# Pomeranian x Husky Puppies



## 3Beasties (11 December 2012)

Just why, WHY would someone breed a litter of Pomeranian x Huskies ON PURPOSE?!?

A friend at Uni is considering buying one, couldn't believe it when she told me the breed and that it was a planned mating. Yes the puppies look cute but seriously what were they thinking   

They are calling them Pomskies and selling them for £600


----------



## MurphysMinder (11 December 2012)

Pass me the desk!  Planned mating eh, wonder how on earth they managed that.


----------



## 3Beasties (11 December 2012)

Apparently they assisted the bitch so that she didn't break any bones in the process.....


----------



## Elsiecat (11 December 2012)

I want to see a picture of one though..


----------



## MurphysMinder (11 December 2012)

Please tell me the husky was the bitch


----------



## Dobiegirl (11 December 2012)

What absolute twits, cant believe they will get £60 let alone £600.
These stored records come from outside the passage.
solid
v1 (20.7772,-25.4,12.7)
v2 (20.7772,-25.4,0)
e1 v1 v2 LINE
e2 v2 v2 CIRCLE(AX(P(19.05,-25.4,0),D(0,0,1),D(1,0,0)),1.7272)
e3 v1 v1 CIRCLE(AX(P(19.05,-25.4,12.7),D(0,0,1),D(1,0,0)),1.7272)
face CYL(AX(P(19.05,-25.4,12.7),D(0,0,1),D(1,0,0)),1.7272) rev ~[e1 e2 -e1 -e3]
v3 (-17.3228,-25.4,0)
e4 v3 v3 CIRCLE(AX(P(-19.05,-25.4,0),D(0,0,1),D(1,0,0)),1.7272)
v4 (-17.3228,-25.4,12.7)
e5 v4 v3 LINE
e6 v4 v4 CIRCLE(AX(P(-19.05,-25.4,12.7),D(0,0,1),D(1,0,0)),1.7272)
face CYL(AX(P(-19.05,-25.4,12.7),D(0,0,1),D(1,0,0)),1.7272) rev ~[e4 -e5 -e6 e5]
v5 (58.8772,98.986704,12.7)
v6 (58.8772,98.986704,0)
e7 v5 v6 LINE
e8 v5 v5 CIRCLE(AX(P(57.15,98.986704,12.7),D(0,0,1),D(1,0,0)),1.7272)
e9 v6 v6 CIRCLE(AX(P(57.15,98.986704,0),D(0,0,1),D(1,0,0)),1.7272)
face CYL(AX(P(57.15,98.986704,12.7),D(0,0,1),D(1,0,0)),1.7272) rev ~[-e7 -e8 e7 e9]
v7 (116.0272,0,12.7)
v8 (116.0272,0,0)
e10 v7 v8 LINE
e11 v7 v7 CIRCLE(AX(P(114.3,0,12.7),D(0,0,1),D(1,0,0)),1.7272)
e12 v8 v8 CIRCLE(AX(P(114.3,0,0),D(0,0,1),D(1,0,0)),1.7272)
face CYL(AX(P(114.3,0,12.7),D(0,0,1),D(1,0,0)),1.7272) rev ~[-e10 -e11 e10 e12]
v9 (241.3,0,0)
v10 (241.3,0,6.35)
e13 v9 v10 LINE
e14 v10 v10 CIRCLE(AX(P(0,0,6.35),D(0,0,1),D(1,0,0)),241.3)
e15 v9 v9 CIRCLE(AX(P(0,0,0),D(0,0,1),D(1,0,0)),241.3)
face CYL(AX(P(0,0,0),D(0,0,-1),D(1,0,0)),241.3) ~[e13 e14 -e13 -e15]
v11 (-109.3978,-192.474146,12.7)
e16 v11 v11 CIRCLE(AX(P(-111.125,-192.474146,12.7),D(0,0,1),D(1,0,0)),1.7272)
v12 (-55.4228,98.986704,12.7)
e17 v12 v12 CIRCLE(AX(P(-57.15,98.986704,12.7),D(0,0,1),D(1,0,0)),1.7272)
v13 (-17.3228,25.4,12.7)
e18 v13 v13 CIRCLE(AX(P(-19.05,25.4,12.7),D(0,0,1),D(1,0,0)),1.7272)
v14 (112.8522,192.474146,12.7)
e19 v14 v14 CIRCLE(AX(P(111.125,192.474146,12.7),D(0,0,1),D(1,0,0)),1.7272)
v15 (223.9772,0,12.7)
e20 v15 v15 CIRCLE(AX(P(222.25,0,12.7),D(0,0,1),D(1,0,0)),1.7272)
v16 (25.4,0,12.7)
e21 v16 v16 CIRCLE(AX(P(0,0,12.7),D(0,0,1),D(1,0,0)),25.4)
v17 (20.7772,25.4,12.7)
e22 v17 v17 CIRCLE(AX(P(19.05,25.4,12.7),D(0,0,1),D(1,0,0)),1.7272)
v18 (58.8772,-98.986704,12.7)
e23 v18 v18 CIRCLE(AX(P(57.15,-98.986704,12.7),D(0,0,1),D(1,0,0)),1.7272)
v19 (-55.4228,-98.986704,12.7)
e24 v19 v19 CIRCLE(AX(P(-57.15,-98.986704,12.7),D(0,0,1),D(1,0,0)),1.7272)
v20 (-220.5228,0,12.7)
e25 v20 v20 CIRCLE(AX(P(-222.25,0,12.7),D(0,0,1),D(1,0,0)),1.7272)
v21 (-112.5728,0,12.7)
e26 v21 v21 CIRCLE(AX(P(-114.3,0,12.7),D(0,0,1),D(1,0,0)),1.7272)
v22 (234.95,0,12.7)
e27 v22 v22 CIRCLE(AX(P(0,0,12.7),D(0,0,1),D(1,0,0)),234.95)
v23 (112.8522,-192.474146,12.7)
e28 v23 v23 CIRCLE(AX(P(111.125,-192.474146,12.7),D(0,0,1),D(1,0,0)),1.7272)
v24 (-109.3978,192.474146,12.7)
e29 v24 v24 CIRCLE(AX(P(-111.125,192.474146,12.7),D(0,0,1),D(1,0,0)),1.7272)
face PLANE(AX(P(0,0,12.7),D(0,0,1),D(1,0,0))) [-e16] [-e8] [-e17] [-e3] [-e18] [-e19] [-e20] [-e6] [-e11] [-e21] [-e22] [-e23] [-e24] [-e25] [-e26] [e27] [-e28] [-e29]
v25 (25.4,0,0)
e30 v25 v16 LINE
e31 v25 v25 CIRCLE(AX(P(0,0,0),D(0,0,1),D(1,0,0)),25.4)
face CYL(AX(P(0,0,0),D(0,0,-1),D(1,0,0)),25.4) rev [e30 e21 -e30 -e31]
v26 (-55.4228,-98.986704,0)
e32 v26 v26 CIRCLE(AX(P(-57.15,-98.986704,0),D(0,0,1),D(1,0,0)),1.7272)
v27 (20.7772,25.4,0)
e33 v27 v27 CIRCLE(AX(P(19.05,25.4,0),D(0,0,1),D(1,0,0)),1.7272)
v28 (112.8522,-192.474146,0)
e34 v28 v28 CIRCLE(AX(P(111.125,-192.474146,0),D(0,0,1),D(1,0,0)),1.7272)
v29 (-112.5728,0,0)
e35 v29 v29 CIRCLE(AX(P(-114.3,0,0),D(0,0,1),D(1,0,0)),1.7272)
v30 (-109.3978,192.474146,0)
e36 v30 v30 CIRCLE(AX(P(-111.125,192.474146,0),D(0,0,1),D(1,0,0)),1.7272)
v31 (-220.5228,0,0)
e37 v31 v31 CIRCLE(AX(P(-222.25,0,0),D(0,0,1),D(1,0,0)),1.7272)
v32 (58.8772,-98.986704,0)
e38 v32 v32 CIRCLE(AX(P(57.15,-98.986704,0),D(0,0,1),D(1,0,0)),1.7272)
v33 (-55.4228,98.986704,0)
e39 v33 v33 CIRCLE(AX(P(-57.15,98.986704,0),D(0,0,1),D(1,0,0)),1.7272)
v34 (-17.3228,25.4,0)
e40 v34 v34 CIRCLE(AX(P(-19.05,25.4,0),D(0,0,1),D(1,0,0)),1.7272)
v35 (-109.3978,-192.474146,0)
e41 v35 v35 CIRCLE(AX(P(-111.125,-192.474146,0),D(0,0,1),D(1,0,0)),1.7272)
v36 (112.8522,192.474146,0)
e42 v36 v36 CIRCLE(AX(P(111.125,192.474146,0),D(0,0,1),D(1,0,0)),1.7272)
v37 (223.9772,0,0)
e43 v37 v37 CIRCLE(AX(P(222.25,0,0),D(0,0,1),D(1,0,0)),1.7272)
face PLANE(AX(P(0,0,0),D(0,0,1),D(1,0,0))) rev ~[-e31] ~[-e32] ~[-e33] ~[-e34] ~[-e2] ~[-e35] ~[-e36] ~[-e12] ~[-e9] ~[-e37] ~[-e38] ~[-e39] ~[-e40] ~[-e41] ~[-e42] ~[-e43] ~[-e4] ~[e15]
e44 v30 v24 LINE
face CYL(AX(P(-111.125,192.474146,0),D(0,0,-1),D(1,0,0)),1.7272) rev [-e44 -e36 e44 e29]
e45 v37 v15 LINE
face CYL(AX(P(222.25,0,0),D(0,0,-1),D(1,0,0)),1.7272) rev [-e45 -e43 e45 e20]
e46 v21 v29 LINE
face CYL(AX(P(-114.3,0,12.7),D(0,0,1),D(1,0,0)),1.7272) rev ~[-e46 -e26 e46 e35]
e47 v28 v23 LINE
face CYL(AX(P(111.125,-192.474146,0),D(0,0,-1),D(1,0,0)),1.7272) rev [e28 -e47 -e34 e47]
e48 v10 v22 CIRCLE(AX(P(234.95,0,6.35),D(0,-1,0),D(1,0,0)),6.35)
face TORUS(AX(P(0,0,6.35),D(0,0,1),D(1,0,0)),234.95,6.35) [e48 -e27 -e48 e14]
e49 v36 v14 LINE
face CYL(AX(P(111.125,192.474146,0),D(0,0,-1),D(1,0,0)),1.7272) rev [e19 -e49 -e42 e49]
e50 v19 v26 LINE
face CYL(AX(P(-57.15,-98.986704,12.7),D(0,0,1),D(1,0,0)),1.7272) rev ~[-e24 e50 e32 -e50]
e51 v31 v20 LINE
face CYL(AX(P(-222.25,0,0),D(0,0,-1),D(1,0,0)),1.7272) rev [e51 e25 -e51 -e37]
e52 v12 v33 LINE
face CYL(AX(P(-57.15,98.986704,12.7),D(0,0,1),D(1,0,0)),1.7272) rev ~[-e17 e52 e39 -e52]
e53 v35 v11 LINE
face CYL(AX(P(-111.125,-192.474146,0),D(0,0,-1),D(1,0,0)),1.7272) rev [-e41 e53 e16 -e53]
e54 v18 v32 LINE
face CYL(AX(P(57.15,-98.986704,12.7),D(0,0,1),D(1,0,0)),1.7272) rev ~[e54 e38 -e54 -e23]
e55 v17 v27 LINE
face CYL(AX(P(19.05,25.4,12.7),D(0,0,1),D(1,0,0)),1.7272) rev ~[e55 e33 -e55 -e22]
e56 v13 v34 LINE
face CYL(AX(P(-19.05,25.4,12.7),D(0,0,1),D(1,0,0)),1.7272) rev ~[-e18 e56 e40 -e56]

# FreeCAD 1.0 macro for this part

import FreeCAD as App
import Part
import Sketcher
Q = App.Units.Quantity


def edges_at(feature, points):
    """Names of the edges that pass closest to the given points."""
    edges = feature.Shape.Edges
    near = lambda p: min(range(len(edges)), key=lambda i: edges[i].distToShape(Part.Vertex(*p))[0])
    return sorted({f"Edge{near(p) + 1}" for p in points})

doc = App.newDocument("Part")
params = doc.addObject("Spreadsheet::Sheet", "Params")
for row, (alias, value) in enumerate([
    ("sketch1_diameter", "19 in"),
    ("sketch1_diameter2", "2 in"),
    ("sketch1_diameter3", "0.136 in"),
    ("pad1_length", "0.5 in"),
    ("sketch2_diameter", "0.136 in"),
    ("fillet_radius", "0.25 in"),
], start=1):
    params.set(f"A{row}", alias)
    params.set(f"B{row}", "=" + value)
    params.setAlias(f"B{row}", alias)

body = doc.addObject("PartDesign::Body", "Body")

sketch1 = body.newObject("Sketcher::SketchObject", "Sketch")
sketch1.AttachmentSupport = (doc.getObject("XY_Plane"), [""])
sketch1.MapMode = "FlatFace"
sketch1.addGeometry([
    Part.Circle(App.Vector(0, 0, 0), App.Vector(0, 0, 1), 241.3),
    Part.Circle(App.Vector(-111.1, -192.5, 0), App.Vector(0, 0, 1), 1.7),
    Part.Circle(App.Vector(111.1, -192.5, 0), App.Vector(0, 0, 1), 1.7),
    Part.Circle(App.Vector(-222.2, 0, 0), App.Vector(0, 0, 1), 1.7),
    Part.Circle(App.Vector(0, 0, 0), App.Vector(0, 0, 1), 25.4),
    Part.Circle(App.Vector(-111.1, 192.5, 0), App.Vector(0, 0, 1), 1.7),
    Part.Circle(App.Vector(222.2, 0, 0), App.Vector(0, 0, 1), 1.7),
    Part.Circle(App.Vector(111.1, 192.5, 0), App.Vector(0, 0, 1), 1.7),
], False)
sketch1.addConstraint([
    Sketcher.Constraint("Coincident", 0, 3, -1, 1),
    Sketcher.Constraint("Coincident", 4, 3, -1, 1),
    Sketcher.Constraint("Equal", 1, 2),
    Sketcher.Constraint("Equal", 2, 3),
    Sketcher.Constraint("Equal", 3, 5),
    Sketcher.Constraint("Equal", 5, 6),
    Sketcher.Constraint("Equal", 6, 7),
    Sketcher.Constraint("Symmetric", 2, 3, 5, 3, -1, 1),
    Sketcher.Constraint("Symmetric", 3, 3, 6, 3, -1, 1),
    Sketcher.Constraint("Symmetric", 1, 3, 7, 3, -1, 1),
    Sketcher.Constraint("Symmetric", 1, 3, 2, 3, -2),
    Sketcher.Constraint("PointOnObject", 3, 3, -1),
    Sketcher.Constraint("Diameter", 0, Q("19 in")),
    Sketcher.Constraint("Diameter", 4, Q("2 in")),
    Sketcher.Constraint("Diameter", 1, Q("0.136 in")),
    Sketcher.Constraint("DistanceX", 3, 3, -1, 1, Q("8.75 in")),
    Sketcher.Constraint("DistanceX", 1, 3, 2, 3, Q("8.75 in")),
    Sketcher.Constraint("DistanceY", 1, 3, 5, 3, Q("384.948292 mm")),
])
sketch1.setExpression("Constraints[12]", "Params.sketch1_diameter")
sketch1.setExpression("Constraints[13]", "Params.sketch1_diameter2")
sketch1.setExpression("Constraints[14]", "Params.sketch1_diameter3")
pad1 = body.newObject("PartDesign::Pad", "Pad")
pad1.Profile = sketch1
pad1.setExpression("Length", "Params.pad1_length")

sketch2 = body.newObject("Sketcher::SketchObject", "Sketch001")
sketch2.AttachmentSupport = (doc.getObject("XY_Plane"), [""])
sketch2.MapMode = "FlatFace"
sketch2.AttachmentOffset = App.Placement(App.Vector(0, 0, 0.5 * 25.4), App.Rotation())
sketch2.addGeometry([
    Part.Circle(App.Vector(-57.1, 99, 0), App.Vector(0, 0, 1), 1.7),
    Part.Circle(App.Vector(57.1, 99, 0), App.Vector(0, 0, 1), 1.7),
    Part.Circle(App.Vector(-114.3, 0, 0), App.Vector(0, 0, 1), 1.7),
    Part.Circle(App.Vector(-57.1, -99, 0), App.Vector(0, 0, 1), 1.7),
    Part.Circle(App.Vector(57.1, -99, 0), App.Vector(0, 0, 1), 1.7),
    Part.Circle(App.Vector(114.3, 0, 0), App.Vector(0, 0, 1), 1.7),
    Part.Circle(App.Vector(-19.1, -25.4, 0), App.Vector(0, 0, 1), 1.7),
    Part.Circle(App.Vector(19.1, -25.4, 0), App.Vector(0, 0, 1), 1.7),
    Part.Circle(App.Vector(19.1, 25.4, 0), App.Vector(0, 0, 1), 1.7),
    Part.Circle(App.Vector(-19.1, 25.4, 0), App.Vector(0, 0, 1), 1.7),
], False)
sketch2.addConstraint([
    Sketcher.Constraint("Equal", 0, 1),
    Sketcher.Constraint("Equal", 1, 2),
    Sketcher.Constraint("Equal", 2, 3),
    Sketcher.Constraint("Equal", 3, 4),
    Sketcher.Constraint("Equal", 4, 5),
    Sketcher.Constraint("Equal", 5, 6),
    Sketcher.Constraint("Equal", 6, 7),
    Sketcher.Constraint("Equal", 7, 8),
    Sketcher.Constraint("Equal", 8, 9),
    Sketcher.Constraint("Symmetric", 1, 3, 3, 3, -1, 1),
    Sketcher.Constraint("Symmetric", 0, 3, 4, 3, -1, 1),
    Sketcher.Constraint("Symmetric", 2, 3, 5, 3, -1, 1),
    Sketcher.Constraint("Symmetric", 6, 3, 8, 3, -1, 1),
    Sketcher.Constraint("Symmetric", 7, 3, 9, 3, -1, 1),
    Sketcher.Constraint("Symmetric", 0, 3, 1, 3, -2),
    Sketcher.Constraint("Symmetric", 6, 3, 7, 3, -2),
    Sketcher.Constraint("PointOnObject", 2, 3, -1),
    Sketcher.Constraint("Diameter", 0, Q("0.136 in")),
    Sketcher.Constraint("DistanceY", 6, 3, -1, 1, Q("1 in")),
    Sketcher.Constraint("DistanceX", 2, 3, 5, 3, Q("9 in")),
    Sketcher.Constraint("DistanceX", 6, 3, 4, 3, Q("3 in")),
    Sketcher.Constraint("DistanceX", 0, 3, 1, 3, Q("4.5 in")),
    Sketcher.Constraint("DistanceY", 3, 3, 0, 3, Q("197.973408 mm")),
])
sketch2.setExpression("Constraints[17]", "Params.sketch2_diameter")
pocket1 = body.newObject("PartDesign::Pocket", "Pocket")
pocket1.Profile = sketch2
pocket1.Type = "ThroughAll"
doc.recompute()

fillet = body.newObject("PartDesign::Fillet", "Fillet")
fillet.Base = (pocket1, edges_at(pocket1, [(-241.3, 0, 12.7)]))
fillet.setExpression("Radius", "Params.fillet_radius")

doc.recompute()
Pip our Lancashire Heeler has been in season and has been giving Diesel our neutered male Dobe the come on, he has shown an interest and the little hussy went on the stairs and made herself available and he would have if i hadnt stepped in.


----------



## bubbilygum (11 December 2012)

I can't see in any way how the breeders thought this was a sensible idea, and I would not have one myself... But I googled this and they are ADORABLE .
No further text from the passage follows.